**WHAT YOU ARE ASKED TO DO**
The lines from the first line of the entries through the line containing "v12 (366,-0.45,-0.5)" are to be repeated exactly, with both of those lines included.
########################################
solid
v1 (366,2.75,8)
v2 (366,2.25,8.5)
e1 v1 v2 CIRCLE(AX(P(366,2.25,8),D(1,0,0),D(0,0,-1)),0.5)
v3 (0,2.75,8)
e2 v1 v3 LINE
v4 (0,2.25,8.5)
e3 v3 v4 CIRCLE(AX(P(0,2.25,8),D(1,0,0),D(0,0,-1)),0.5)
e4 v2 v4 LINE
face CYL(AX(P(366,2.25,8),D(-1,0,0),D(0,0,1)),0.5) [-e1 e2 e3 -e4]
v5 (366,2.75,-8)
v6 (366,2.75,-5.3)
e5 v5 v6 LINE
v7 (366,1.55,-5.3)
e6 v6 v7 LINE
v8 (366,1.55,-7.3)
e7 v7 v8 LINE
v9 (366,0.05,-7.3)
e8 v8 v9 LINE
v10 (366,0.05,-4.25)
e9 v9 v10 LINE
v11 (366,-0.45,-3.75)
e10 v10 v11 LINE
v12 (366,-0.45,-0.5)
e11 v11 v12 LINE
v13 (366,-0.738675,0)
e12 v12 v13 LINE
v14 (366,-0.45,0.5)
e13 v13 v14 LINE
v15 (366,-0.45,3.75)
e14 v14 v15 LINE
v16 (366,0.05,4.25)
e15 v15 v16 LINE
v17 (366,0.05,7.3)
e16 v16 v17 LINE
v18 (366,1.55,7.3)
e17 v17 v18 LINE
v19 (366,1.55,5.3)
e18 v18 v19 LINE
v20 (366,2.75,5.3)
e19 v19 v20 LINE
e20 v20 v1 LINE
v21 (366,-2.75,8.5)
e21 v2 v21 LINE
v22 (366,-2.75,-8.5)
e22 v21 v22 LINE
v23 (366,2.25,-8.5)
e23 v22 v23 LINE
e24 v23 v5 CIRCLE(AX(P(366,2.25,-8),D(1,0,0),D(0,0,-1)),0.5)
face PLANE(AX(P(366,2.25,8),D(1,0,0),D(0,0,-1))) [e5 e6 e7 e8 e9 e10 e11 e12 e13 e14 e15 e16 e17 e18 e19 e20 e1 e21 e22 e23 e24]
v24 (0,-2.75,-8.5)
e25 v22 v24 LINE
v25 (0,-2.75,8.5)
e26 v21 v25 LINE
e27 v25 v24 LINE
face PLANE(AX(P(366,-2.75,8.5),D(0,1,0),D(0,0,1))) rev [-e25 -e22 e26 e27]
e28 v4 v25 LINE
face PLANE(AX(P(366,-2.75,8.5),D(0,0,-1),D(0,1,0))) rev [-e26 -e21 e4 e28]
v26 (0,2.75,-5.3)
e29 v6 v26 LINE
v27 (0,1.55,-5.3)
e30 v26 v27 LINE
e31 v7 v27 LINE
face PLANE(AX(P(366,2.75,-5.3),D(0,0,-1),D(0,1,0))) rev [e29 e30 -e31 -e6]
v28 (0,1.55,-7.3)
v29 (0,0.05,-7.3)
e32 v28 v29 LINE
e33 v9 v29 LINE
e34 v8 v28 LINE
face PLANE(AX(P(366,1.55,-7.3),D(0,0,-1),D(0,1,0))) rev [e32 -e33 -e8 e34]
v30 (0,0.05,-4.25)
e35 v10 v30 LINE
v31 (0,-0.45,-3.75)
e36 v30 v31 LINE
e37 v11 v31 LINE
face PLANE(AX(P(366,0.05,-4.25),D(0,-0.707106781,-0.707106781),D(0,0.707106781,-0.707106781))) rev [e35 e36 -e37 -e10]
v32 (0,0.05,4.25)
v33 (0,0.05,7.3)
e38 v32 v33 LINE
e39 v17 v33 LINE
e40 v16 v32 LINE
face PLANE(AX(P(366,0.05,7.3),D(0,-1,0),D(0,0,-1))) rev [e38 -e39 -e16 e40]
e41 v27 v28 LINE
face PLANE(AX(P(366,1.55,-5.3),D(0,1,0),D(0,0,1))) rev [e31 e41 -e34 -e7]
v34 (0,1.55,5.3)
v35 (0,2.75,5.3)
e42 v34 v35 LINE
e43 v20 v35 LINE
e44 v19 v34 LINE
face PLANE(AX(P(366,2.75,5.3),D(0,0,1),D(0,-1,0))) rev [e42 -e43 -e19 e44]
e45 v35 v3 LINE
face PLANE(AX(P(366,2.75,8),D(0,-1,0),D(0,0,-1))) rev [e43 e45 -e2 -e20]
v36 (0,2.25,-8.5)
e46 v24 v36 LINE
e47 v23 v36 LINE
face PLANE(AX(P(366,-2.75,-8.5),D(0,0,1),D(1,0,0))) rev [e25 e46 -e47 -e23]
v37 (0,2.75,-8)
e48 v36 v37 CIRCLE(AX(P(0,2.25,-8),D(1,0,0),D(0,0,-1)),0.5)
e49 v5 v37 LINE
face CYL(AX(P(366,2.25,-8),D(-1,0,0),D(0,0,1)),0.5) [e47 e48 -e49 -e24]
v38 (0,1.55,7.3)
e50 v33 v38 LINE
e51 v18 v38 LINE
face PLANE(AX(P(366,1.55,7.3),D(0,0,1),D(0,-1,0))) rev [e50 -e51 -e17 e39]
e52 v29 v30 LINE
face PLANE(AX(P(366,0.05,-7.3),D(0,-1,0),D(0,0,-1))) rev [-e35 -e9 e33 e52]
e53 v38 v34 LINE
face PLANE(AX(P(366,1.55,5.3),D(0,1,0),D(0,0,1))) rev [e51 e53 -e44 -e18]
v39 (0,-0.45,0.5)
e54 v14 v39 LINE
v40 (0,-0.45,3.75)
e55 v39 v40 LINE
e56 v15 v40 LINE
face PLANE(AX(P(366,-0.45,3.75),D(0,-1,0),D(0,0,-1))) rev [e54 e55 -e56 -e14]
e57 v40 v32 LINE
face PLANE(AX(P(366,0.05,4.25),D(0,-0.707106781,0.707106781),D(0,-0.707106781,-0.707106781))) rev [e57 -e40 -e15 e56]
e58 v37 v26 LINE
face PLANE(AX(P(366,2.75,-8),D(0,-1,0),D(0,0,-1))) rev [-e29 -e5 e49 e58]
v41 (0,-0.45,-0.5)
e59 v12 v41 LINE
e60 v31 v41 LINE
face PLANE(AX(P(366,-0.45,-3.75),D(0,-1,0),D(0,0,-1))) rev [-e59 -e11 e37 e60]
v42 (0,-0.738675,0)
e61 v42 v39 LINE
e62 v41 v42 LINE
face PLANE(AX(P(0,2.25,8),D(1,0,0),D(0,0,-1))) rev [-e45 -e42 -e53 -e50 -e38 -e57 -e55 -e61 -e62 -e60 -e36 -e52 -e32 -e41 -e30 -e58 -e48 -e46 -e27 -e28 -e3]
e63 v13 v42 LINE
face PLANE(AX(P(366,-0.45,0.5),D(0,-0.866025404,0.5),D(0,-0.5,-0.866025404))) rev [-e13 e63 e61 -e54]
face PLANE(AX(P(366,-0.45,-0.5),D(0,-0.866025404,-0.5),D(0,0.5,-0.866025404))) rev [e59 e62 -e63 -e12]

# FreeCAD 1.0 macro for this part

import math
import FreeCAD as App
import Part
import Sketcher
from FreeCAD import Vector
Q = App.Units.Quantity

doc = App.newDocument("Part")
params = doc.addObject("Spreadsheet::Sheet", "Params")
for row, (alias, value) in enumerate([
    ("sketch1_radius", "0.5 mm"),
    ("sketch1_width", "5 mm"),
    ("sketch1_height", "17 mm"),
    ("sketch1_height2", "2 mm"),
    ("sketch1_width2", "1.2 mm"),
    ("pad1_length", "366 mm"),
], start=1):
    params.set(f"A{row}", alias)
    params.set(f"B{row}", "=" + value)
    params.setAlias(f"B{row}", alias)

body = doc.addObject("PartDesign::Body", "Body")

sketch1 = doc.addObject("Sketcher::SketchObject", "Sketch")
body.addObject(sketch1)
sketch1.AttachmentSupport = (doc.YZ_Plane, [""])
sketch1.MapMode = "FlatFace"
sketch1.addGeometry([
    Part.LineSegment(Vector(-2.75, 8.5, 0), Vector(-2.75, -8.5, 0)),
    Part.LineSegment(Vector(-2.75, -8.5, 0), Vector(2.25, -8.5, 0)),
    Part.ArcOfCircle(Part.Circle(Vector(2.25, -8, 0), Vector(0, 0, 1), 0.5), math.radians(-90), math.radians(0)),
    Part.LineSegment(Vector(2.75, -8, 0), Vector(2.75, -5.3, 0)),
    Part.LineSegment(Vector(2.75, -5.3, 0), Vector(1.55, -5.3, 0)),
    Part.LineSegment(Vector(1.55, -5.3, 0), Vector(1.55, -7.3, 0)),
    Part.LineSegment(Vector(1.55, -7.3, 0), Vector(0.05, -7.3, 0)),
    Part.LineSegment(Vector(0.05, -7.3, 0), Vector(0.05, -4.25, 0)),
    Part.LineSegment(Vector(0.05, -4.25, 0), Vector(-0.45, -3.75, 0)),
    Part.LineSegment(Vector(-0.45, -3.75, 0), Vector(-0.45, -0.5, 0)),
    Part.LineSegment(Vector(-0.45, -0.5, 0), Vector(-0.74, 0, 0)),
    Part.LineSegment(Vector(-0.74, 0, 0), Vector(-0.45, 0.5, 0)),
    Part.LineSegment(Vector(-0.45, 0.5, 0), Vector(-0.45, 3.75, 0)),
    Part.LineSegment(Vector(-0.45, 3.75, 0), Vector(0.05, 4.25, 0)),
    Part.LineSegment(Vector(0.05, 4.25, 0), Vector(0.05, 7.3, 0)),
    Part.LineSegment(Vector(0.05, 7.3, 0), Vector(1.55, 7.3, 0)),
    Part.LineSegment(Vector(1.55, 7.3, 0), Vector(1.55, 5.3, 0)),
    Part.LineSegment(Vector(1.55, 5.3, 0), Vector(2.75, 5.3, 0)),
    Part.LineSegment(Vector(2.75, 5.3, 0), Vector(2.75, 8, 0)),
    Part.ArcOfCircle(Part.Circle(Vector(2.25, 8, 0), Vector(0, 0, 1), 0.5), math.radians(0), math.radians(90)),
    Part.LineSegment(Vector(2.25, 8.5, 0), Vector(-2.75, 8.5, 0)),
], False)
sketch1.addConstraint([
    Sketcher.Constraint("Coincident", 0, 2, 1, 1),
    Sketcher.Constraint("Tangent", 1, 2, 2, 1),
    Sketcher.Constraint("Tangent", 2, 2, 3, 1),
    Sketcher.Constraint("Coincident", 3, 2, 4, 1),
    Sketcher.Constraint("Coincident", 4, 2, 5, 1),
    Sketcher.Constraint("Coincident", 5, 2, 6, 1),
    Sketcher.Constraint("Coincident", 6, 2, 7, 1),
    Sketcher.Constraint("Coincident", 7, 2, 8, 1),
    Sketcher.Constraint("Coincident", 8, 2, 9, 1),
    Sketcher.Constraint("Coincident", 9, 2, 10, 1),
    Sketcher.Constraint("Coincident", 10, 2, 11, 1),
    Sketcher.Constraint("Coincident", 11, 2, 12, 1),
    Sketcher.Constraint("Coincident", 12, 2, 13, 1),
    Sketcher.Constraint("Coincident", 13, 2, 14, 1),
    Sketcher.Constraint("Coincident", 14, 2, 15, 1),
    Sketcher.Constraint("Coincident", 15, 2, 16, 1),
    Sketcher.Constraint("Coincident", 16, 2, 17, 1),
    Sketcher.Constraint("Coincident", 17, 2, 18, 1),
    Sketcher.Constraint("Tangent", 18, 2, 19, 1),
    Sketcher.Constraint("Tangent", 19, 2, 20, 1),
    Sketcher.Constraint("Coincident", 20, 2, 0, 1),
    Sketcher.Constraint("Vertical", 0),
    Sketcher.Constraint("Horizontal", 1),
    Sketcher.Constraint("Vertical", 3),
    Sketcher.Constraint("Horizontal", 4),
    Sketcher.Constraint("Vertical", 5),
    Sketcher.Constraint("Horizontal", 6),
    Sketcher.Constraint("Vertical", 7),
    Sketcher.Constraint("Vertical", 9),
    Sketcher.Constraint("Vertical", 12),
    Sketcher.Constraint("Vertical", 14),
    Sketcher.Constraint("Horizontal", 15),
    Sketcher.Constraint("Vertical", 16),
    Sketcher.Constraint("Horizontal", 17),
    Sketcher.Constraint("Vertical", 18),
    Sketcher.Constraint("Horizontal", 20),
    Sketcher.Constraint("Equal", 2, 19),
    Sketcher.Constraint("Symmetric", 2, 3, 19, 3, -1),
    Sketcher.Constraint("Symmetric", 9, 2, 11, 2, -1),
    Sketcher.Constraint("Symmetric", 7, 2, 13, 2, -1),
    Sketcher.Constraint("Symmetric", 5, 2, 15, 2, -1),
    Sketcher.Constraint("PointOnObject", 10, 2, -1),
    Sketcher.Constraint("Perpendicular", 8, 13),
    Sketcher.Constraint("Equal", 9, 12),
    Sketcher.Constraint("Equal", 5, 16),
    Sketcher.Constraint("Radius", 2, 0.5),
    Sketcher.Constraint("DistanceX", 1, 1, 1, 2, 5.0),
    Sketcher.Constraint("DistanceY", 0, 2, 0, 1, 17.0),
    Sketcher.Constraint("DistanceY", 5, 2, 5, 1, 2.0),
    Sketcher.Constraint("Angle", 10, Q("120 deg")),
    Sketcher.Constraint("DistanceX", 4, 2, 4, 1, 1.2),
    Sketcher.Constraint("DistanceX", 6, 2, 6, 1, 1.5),
    Sketcher.Constraint("DistanceY", 3, 1, 3, 2, 2.7),
    Sketcher.Constraint("DistanceX", 8, 2, 4, 2, 2.0),
    Sketcher.Constraint("DistanceY", 9, 2, 11, 2, 1.0),
    Sketcher.Constraint("DistanceY", 7, 1, 7, 2, 3.05),
    Sketcher.Constraint("DistanceX", -1, 1, 2, 3, 2.25),
])
sketch1.setExpression("Constraints[45]", "Params.sketch1_radius")
sketch1.setExpression("Constraints[46]", "Params.sketch1_width")
sketch1.setExpression("Constraints[47]", "Params.sketch1_height")
sketch1.setExpression("Constraints[48]", "Params.sketch1_height2")
sketch1.setExpression("Constraints[50]", "Params.sketch1_width2")
pad1 = doc.addObject("PartDesign::Pad", "Pad")
body.addObject(pad1)
pad1.Profile = sketch1
pad1.setExpression("Length", "Params.pad1_length")

doc.recompute()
########################################
**RESULT OF THE EXERCISE**
solid
v1 (366,2.75,8)
v2 (366,2.25,8.5)
e1 v1 v2 CIRCLE(AX(P(366,2.25,8),D(1,0,0),D(0,0,-1)),0.5)
v3 (0,2.75,8)
e2 v1 v3 LINE
v4 (0,2.25,8.5)
e3 v3 v4 CIRCLE(AX(P(0,2.25,8),D(1,0,0),D(0,0,-1)),0.5)
e4 v2 v4 LINE
face CYL(AX(P(366,2.25,8),D(-1,0,0),D(0,0,1)),0.5) [-e1 e2 e3 -e4]
v5 (366,2.75,-8)
v6 (366,2.75,-5.3)
e5 v5 v6 LINE
v7 (366,1.55,-5.3)
e6 v6 v7 LINE
v8 (366,1.55,-7.3)
e7 v7 v8 LINE
v9 (366,0.05,-7.3)
e8 v8 v9 LINE
v10 (366,0.05,-4.25)
e9 v9 v10 LINE
v11 (366,-0.45,-3.75)
e10 v10 v11 LINE
v12 (366,-0.45,-0.5)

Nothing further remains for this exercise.